We then subtract the prediction (pred0) from the data (data0) to get the "peeled" data (data1):

data1 = data0 - pred0


We can compare the original data with the result of the "first peeling" to get Fig. 27:

plt.plot(tt, data0[0,], color='black',lw=0.5)
plt.plot(tt, data1[0,], color='red',lw=0.3)
plt.plot(tt, data0[1,]-20, color='black',lw=0.5)
plt.plot(tt, data1[1,]-20, color='red',lw=0.3)
plt.plot(tt, data0[2,]-40, color='black',lw=0.5)
plt.plot(tt, data1[2,]-40, color='red',lw=0.3)
plt.plot(tt, data0[3,]-60, color='black',lw=0.5)
plt.plot(tt, data1[3,]-60, color='red',lw=0.3)
plt.xlabel('Time (s)')
plt.xlim([1.8,1.9])
plt.ylim([-70,10])
plt.axis('off')


11.6. Second peeling

We then take data1 as our former data0 and we repeat the procedure. We do it with slight modifications: detection is done on a single recording site and a shorter filter length is used before detecting the events. Doing detection on a single site (here site 0) allows us to correct some drawbacks of our crude spike detection method. When we used it the first time we summed the filtered and rectified versions of the data before looking at peaks. This summation can lead to badly defined spike times when two neurons that are large on different recording sites, say site 0 and site 1 fire at nearly the same time. The summed event can then have a peak in between the two true peaks and our jitter correction cannot resolve that. We are therefore going to perform detection on the different sites. The jitter estimation and the subtraction are always going to be done on the 4 recording sites:

data_filtered = data1
data_filtered = apply(lambda x:
fftconvolve(x,np.array([1,1,1,1,1])/5.,'same'),
1,np.array(data_filtered))
data_filtered = (data_filtered.transpose() / \
data_filtered[data_filtered > -4] = 0
sp1 = swp.peak(-data_filtered[0,:])


We classify the events and obtain the new prediction and the new "data":

round1 = [swp.classify_and_align_evt(sp1[i],data1,centers)
for i in range(len(sp1))]
pred1 = swp.predict_data(round1,centers,data_length=data1.shape[1])
data2 = data1 - pred1


We can check how many events are attributed to each cluster:

nb_total = 0
print('Number of events attributed to each cluster / neuron')
print('----------------------------------------------------')
for i in range(10):
nb = len([x[1] for x in round1 if x[0] == 'Cluster '+str(i)])
nb_total += nb
msg = 'Cluster {0:3}: {1:5}'.format(i,nb)
print(msg)
nb = len([x[1] for x in round1 if x[0] == '?'])
nb_total += nb
msg = '          ?: {0:5}'.format(nb)
print(msg)
msg = 'Total      : {0:5}'.format(nb_total)
print(msg)
print('----------------------------------------------------')
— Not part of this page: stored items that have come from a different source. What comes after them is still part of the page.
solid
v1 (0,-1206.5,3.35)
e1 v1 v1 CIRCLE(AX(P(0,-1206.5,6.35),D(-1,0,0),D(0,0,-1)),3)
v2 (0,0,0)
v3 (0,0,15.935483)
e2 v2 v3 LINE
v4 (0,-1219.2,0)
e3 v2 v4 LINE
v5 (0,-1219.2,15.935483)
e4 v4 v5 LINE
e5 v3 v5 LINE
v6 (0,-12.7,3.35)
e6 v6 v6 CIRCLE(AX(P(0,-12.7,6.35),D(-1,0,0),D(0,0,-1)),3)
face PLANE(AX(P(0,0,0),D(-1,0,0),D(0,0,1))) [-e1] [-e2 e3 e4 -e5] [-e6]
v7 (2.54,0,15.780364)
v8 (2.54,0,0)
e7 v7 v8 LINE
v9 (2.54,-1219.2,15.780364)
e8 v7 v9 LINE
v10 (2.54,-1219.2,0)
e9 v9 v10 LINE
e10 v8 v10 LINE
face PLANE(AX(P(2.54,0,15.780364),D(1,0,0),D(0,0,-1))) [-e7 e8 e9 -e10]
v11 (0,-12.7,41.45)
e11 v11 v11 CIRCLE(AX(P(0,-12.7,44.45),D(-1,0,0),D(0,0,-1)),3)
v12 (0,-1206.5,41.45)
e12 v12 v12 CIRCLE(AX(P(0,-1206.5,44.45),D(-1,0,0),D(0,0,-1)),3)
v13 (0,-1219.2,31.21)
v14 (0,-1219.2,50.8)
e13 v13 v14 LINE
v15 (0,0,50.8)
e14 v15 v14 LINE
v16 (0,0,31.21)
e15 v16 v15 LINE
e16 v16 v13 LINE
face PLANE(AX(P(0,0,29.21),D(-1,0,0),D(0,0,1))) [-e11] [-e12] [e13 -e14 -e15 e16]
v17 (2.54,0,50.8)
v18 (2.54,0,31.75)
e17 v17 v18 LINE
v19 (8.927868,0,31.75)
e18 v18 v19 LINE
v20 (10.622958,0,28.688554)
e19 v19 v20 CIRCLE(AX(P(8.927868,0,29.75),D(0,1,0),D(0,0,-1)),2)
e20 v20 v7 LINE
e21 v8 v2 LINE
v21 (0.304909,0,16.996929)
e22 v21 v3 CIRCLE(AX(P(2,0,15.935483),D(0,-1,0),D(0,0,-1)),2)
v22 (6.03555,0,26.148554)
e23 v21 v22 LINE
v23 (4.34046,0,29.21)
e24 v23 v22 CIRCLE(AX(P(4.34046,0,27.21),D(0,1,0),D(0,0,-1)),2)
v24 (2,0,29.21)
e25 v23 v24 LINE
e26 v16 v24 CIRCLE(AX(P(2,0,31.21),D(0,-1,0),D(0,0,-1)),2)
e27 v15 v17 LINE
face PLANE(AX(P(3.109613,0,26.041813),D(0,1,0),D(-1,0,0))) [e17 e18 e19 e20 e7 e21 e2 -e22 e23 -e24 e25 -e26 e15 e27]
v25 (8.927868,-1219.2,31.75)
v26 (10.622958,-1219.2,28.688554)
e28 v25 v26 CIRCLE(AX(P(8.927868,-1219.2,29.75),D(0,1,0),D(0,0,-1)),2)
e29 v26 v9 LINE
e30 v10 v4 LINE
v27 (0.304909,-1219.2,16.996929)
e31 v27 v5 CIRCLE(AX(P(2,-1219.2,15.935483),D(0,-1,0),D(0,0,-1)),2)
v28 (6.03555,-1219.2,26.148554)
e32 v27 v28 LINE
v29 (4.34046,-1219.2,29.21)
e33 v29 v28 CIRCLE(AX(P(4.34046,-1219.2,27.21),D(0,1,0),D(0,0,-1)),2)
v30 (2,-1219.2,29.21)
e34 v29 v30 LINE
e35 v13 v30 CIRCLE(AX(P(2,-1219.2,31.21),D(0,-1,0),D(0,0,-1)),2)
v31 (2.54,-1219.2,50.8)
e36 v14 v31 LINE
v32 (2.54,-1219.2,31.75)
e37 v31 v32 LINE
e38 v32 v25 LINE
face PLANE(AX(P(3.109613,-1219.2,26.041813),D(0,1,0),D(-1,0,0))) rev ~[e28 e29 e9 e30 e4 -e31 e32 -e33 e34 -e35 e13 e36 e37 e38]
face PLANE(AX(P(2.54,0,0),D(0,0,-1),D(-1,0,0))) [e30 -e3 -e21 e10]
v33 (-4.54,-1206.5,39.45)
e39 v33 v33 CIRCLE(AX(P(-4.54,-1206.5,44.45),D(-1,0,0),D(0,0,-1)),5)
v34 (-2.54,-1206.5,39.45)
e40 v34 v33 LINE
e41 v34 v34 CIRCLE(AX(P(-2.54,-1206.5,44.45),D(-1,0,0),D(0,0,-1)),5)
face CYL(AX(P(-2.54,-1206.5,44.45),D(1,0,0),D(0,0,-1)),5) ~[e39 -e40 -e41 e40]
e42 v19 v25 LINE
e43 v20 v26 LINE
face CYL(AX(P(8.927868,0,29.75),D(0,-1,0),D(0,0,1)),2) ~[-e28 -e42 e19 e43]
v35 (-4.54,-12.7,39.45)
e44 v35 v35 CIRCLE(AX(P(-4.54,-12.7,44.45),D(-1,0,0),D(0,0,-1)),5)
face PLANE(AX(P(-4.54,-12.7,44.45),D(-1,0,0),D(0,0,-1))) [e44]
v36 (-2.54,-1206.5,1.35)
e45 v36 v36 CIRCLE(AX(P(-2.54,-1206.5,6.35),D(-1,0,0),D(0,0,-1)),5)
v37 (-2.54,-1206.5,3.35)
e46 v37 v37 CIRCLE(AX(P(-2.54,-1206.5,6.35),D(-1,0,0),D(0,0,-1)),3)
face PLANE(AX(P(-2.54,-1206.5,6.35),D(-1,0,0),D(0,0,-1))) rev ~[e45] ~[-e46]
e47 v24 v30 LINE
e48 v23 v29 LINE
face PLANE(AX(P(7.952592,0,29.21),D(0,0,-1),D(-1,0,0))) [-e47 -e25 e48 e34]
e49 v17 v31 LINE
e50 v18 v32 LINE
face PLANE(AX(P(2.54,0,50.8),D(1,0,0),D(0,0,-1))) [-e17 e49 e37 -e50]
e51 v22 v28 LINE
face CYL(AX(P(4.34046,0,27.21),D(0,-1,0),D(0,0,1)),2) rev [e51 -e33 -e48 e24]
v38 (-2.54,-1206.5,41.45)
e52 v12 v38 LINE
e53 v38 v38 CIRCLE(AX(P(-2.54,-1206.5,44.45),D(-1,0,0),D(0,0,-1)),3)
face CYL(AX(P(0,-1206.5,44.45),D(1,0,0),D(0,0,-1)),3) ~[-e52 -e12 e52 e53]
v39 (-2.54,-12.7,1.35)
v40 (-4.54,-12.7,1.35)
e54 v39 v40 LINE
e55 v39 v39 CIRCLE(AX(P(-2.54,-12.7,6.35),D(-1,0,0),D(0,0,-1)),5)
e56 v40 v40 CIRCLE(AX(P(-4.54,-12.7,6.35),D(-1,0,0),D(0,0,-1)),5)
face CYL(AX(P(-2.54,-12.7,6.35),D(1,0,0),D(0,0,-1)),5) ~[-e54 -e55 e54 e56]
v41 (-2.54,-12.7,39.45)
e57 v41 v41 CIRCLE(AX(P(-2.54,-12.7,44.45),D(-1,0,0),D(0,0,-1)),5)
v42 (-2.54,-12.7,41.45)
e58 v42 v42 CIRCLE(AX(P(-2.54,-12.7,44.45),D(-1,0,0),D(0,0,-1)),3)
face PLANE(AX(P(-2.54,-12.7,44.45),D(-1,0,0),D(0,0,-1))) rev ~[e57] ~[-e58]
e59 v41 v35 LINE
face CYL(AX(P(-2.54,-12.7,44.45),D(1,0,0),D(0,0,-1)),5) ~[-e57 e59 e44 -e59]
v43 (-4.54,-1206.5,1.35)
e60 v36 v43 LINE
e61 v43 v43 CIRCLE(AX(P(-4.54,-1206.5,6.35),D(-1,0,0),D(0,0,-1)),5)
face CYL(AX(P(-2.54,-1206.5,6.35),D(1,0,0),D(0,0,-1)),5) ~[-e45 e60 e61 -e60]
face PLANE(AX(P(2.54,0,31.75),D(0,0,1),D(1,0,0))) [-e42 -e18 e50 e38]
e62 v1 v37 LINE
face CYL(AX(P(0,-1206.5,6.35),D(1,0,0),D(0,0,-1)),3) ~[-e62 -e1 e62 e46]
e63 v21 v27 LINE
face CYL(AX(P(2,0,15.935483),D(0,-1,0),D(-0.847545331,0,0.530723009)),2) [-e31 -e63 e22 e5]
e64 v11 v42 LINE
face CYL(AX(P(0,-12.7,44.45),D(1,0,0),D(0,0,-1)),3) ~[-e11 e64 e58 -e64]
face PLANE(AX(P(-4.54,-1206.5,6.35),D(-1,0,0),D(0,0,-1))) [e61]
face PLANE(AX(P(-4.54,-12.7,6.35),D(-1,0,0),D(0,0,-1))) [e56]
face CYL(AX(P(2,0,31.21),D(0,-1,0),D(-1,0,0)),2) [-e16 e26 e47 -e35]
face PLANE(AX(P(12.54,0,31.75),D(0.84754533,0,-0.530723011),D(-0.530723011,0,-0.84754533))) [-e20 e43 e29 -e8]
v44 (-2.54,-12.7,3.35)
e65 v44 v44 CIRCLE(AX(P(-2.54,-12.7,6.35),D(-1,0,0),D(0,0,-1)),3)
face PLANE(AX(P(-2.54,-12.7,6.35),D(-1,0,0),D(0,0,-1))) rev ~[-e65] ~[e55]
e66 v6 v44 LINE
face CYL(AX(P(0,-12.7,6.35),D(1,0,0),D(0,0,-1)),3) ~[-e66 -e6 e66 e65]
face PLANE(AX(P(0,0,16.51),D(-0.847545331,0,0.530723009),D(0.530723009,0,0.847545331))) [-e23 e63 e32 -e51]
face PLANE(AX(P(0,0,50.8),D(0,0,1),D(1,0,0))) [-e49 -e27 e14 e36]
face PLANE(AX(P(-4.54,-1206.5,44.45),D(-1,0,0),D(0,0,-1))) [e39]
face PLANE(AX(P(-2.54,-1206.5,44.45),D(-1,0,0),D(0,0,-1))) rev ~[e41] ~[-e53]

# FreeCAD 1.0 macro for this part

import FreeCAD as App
import Part
import Sketcher

V = App.Vector
Q = App.Units.Quantity


def edges_at(feature, points):
    """Names of the edges that pass closest to the given points."""
    edges = feature.Shape.Edges
    near = lambda p: min(range(len(edges)), key=lambda i: edges[i].distToShape(Part.Vertex(*p))[0])
    return sorted({f"Edge{near(p) + 1}" for p in points})

doc = App.newDocument("Part")
body = doc.addObject("PartDesign::Body", "Body")

# Sketch on XZ plane
sketch1 = body.newObject("Sketcher::SketchObject", "Sketch")
sketch1.AttachmentSupport = (doc.getObject("XZ_Plane"), [""])
sketch1.MapMode = "FlatFace"
sketch1.addGeometry([
    Part.LineSegment(V(0, 16.5, 0), V(0, 0, 0)),  # 0
    Part.LineSegment(V(0, 0, 0), V(2.5, 0, 0)),  # 1
    Part.LineSegment(V(2.5, 0, 0), V(2.5, 15.8, 0)),  # 2
    Part.LineSegment(V(2.5, 15.8, 0), V(12.5, 31.8, 0)),  # 3
    Part.LineSegment(V(12.5, 31.8, 0), V(2.5, 31.8, 0)),  # 4
    Part.LineSegment(V(2.5, 31.8, 0), V(2.5, 50.8, 0)),  # 5
    Part.LineSegment(V(2.5, 50.8, 0), V(0, 50.8, 0)),  # 6
    Part.LineSegment(V(0, 50.8, 0), V(0, 29.2, 0)),  # 7
    Part.LineSegment(V(0, 29.2, 0), V(8, 29.2, 0)),  # 8
    Part.LineSegment(V(8, 29.2, 0), V(0, 16.5, 0)),  # 9
], False)
sketch1.addConstraint([
    Sketcher.Constraint("Coincident", 0, 2, 1, 1),
    Sketcher.Constraint("Coincident", 1, 2, 2, 1),
    Sketcher.Constraint("Coincident", 2, 2, 3, 1),
    Sketcher.Constraint("Coincident", 3, 2, 4, 1),
    Sketcher.Constraint("Coincident", 4, 2, 5, 1),
    Sketcher.Constraint("Coincident", 5, 2, 6, 1),
    Sketcher.Constraint("Coincident", 6, 2, 7, 1),
    Sketcher.Constraint("Coincident", 7, 2, 8, 1),
    Sketcher.Constraint("Coincident", 8, 2, 9, 1),
    Sketcher.Constraint("Coincident", 9, 2, 0, 1),
    Sketcher.Constraint("Vertical", 0),
    Sketcher.Constraint("Horizontal", 1),
    Sketcher.Constraint("Vertical", 2),
    Sketcher.Constraint("Horizontal", 4),
    Sketcher.Constraint("Vertical", 5),
    Sketcher.Constraint("Horizontal", 6),
    Sketcher.Constraint("Vertical", 7),
    Sketcher.Constraint("Horizontal", 8),
    Sketcher.Constraint("Coincident", 0, 2, -1, 1),
    Sketcher.Constraint("PointOnObject", 6, 2, -2),
    Sketcher.Constraint("Parallel", 3, 9),
    Sketcher.Constraint("Vertical", 2, 2, 4, 2),
    Sketcher.Constraint("DistanceX", 1, 1, 1, 2, Q("0.1 in")),
    Sketcher.Constraint("DistanceY", -1, 1, 5, 2, Q("2 in")),
    Sketcher.Constraint("DistanceY", 0, 2, 0, 1, Q("0.65 in")),
    Sketcher.Constraint("DistanceY", 5, 1, 5, 2, Q("0.75 in")),
    Sketcher.Constraint("DistanceY", 7, 2, 7, 1, Q("0.85 in")),
    Sketcher.Constraint("DistanceX", 4, 2, 4, 1, 10.0),
    Sketcher.Constraint("Distance", 3, 18.842221),
])
pad1 = body.newObject("PartDesign::Pad", "Pad")
pad1.Profile = sketch1
pad1.Length = Q("48 in")

# Sketch on YZ plane
sketch2 = body.newObject("Sketcher::SketchObject", "Sketch001")
sketch2.AttachmentSupport = (doc.getObject("YZ_Plane"), [""])
sketch2.MapMode = "FlatFace"
sketch2.addGeometry([
    Part.Circle(V(-12.7, 44.5, 0), V(0, 0, 1), 3),
    Part.Circle(V(-12.7, 6.3, 0), V(0, 0, 1), 3),
    Part.Circle(V(-1206.5, 44.5, 0), V(0, 0, 1), 3),
    Part.Circle(V(-1206.5, 6.3, 0), V(0, 0, 1), 3),
], False)
sketch2.addConstraint([
    Sketcher.Constraint("Equal", 0, 1),
    Sketcher.Constraint("Equal", 1, 2),
    Sketcher.Constraint("Equal", 2, 3),
    Sketcher.Constraint("Horizontal", 0, 3, 2, 3),
    Sketcher.Constraint("Horizontal", 1, 3, 3, 3),
    Sketcher.Constraint("Vertical", 0, 3, 1, 3),
    Sketcher.Constraint("Vertical", 2, 3, 3, 3),
    Sketcher.Constraint("DistanceX", 2, 3, 0, 3, Q("47 in")),
    Sketcher.Constraint("DistanceX", 0, 3, -1, 1, Q("0.5 in")),
    Sketcher.Constraint("DistanceY", 1, 3, 0, 3, Q("1.5 in")),
    Sketcher.Constraint("Diameter", 0, 6.0),
    Sketcher.Constraint("DistanceY", -1, 1, 0, 3, Q("1.75 in")),
])
pad2 = body.newObject("PartDesign::Pad", "Pad001")
pad2.Profile = sketch2
pad2.Length = Q("0.1 in")
pad2.Reversed = True

# Sketch on YZ plane
sketch3 = body.newObject("Sketcher::SketchObject", "Sketch002")
sketch3.AttachmentSupport = (doc.getObject("YZ_Plane"), [""])
sketch3.MapMode = "FlatFace"
sketch3.AttachmentOffset = App.Placement(V(0, 0, -0.1 * 25.4), App.Rotation())
sketch3.addGeometry([
    Part.Circle(V(-13, 44, 0), V(0, 0, 1), 5),
    Part.Circle(V(-13, 6, 0), V(0, 0, 1), 5),
    Part.Circle(V(-1206, 44, 0), V(0, 0, 1), 5),
    Part.Circle(V(-1206, 6, 0), V(0, 0, 1), 5),
], False)
sketch3.addConstraint([
    Sketcher.Constraint("Equal", 0, 1),
    Sketcher.Constraint("Equal", 1, 2),
    Sketcher.Constraint("Equal", 2, 3),
    Sketcher.Constraint("Horizontal", 0, 3, 2, 3),
    Sketcher.Constraint("Horizontal", 1, 3, 3, 3),
    Sketcher.Constraint("Vertical", 0, 3, 1, 3),
    Sketcher.Constraint("Vertical", 2, 3, 3, 3),
    Sketcher.Constraint("DistanceX", 2, 3, 0, 3, Q("47 in")),
    Sketcher.Constraint("DistanceX", 0, 3, -1, 1, Q("0.5 in")),
    Sketcher.Constraint("DistanceY", 1, 3, 0, 3, Q("1.5 in")),
    Sketcher.Constraint("Diameter", 0, 10.0),
    Sketcher.Constraint("DistanceY", -1, 1, 0, 3, Q("1.75 in")),
])
pad3 = body.newObject("PartDesign::Pad", "Pad002")
pad3.Profile = sketch3
pad3.Length = 2
pad3.Reversed = True
doc.recompute()

fillet = body.newObject("PartDesign::Fillet", "Fillet")
fillet.Base = (pad3, edges_at(pad3, [
    (12.54, -609.6, 31.75),
    (0, -609.6, 29.21),
    (0, -609.6, 16.51),
    (7.953, -609.6, 29.21),
]))
fillet.Radius = 2

doc.recompute()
We see that most of the events attributed now are going to the 'bad' clusters (7, 8, 9); that strongly suggests that the job is done or nearly done.

We can compare the first peeling with the second one (Fig. 28):

plt.plot(tt, data1[0,], color='black',lw=0.5)
plt.plot(tt, data2[0,], color='red',lw=0.3)
plt.plot(tt, data1[1,]-20, color='black',lw=0.5)
plt.plot(tt, data2[1,]-20, color='red',lw=0.3)
plt.plot(tt, data1[2,]-40, color='black',lw=0.5)
plt.plot(tt, data2[2,]-40, color='red',lw=0.3)
plt.plot(tt, data1[3,]-60, color='black',lw=0.5)
plt.plot(tt, data2[3,]-60, color='red',lw=0.3)
plt.xlabel('Time (s)')
plt.xlim([1.8,1.9])
plt.ylim([-70,10])
plt.axis('off')


We can also take a look at the non-classified events (Fig. 29):

nc_r1_pos = [x[1] for x in round1 if x[0] == '?']
nc_r1_evts = swp.mk_events(nc_r1_pos,data1,14,30)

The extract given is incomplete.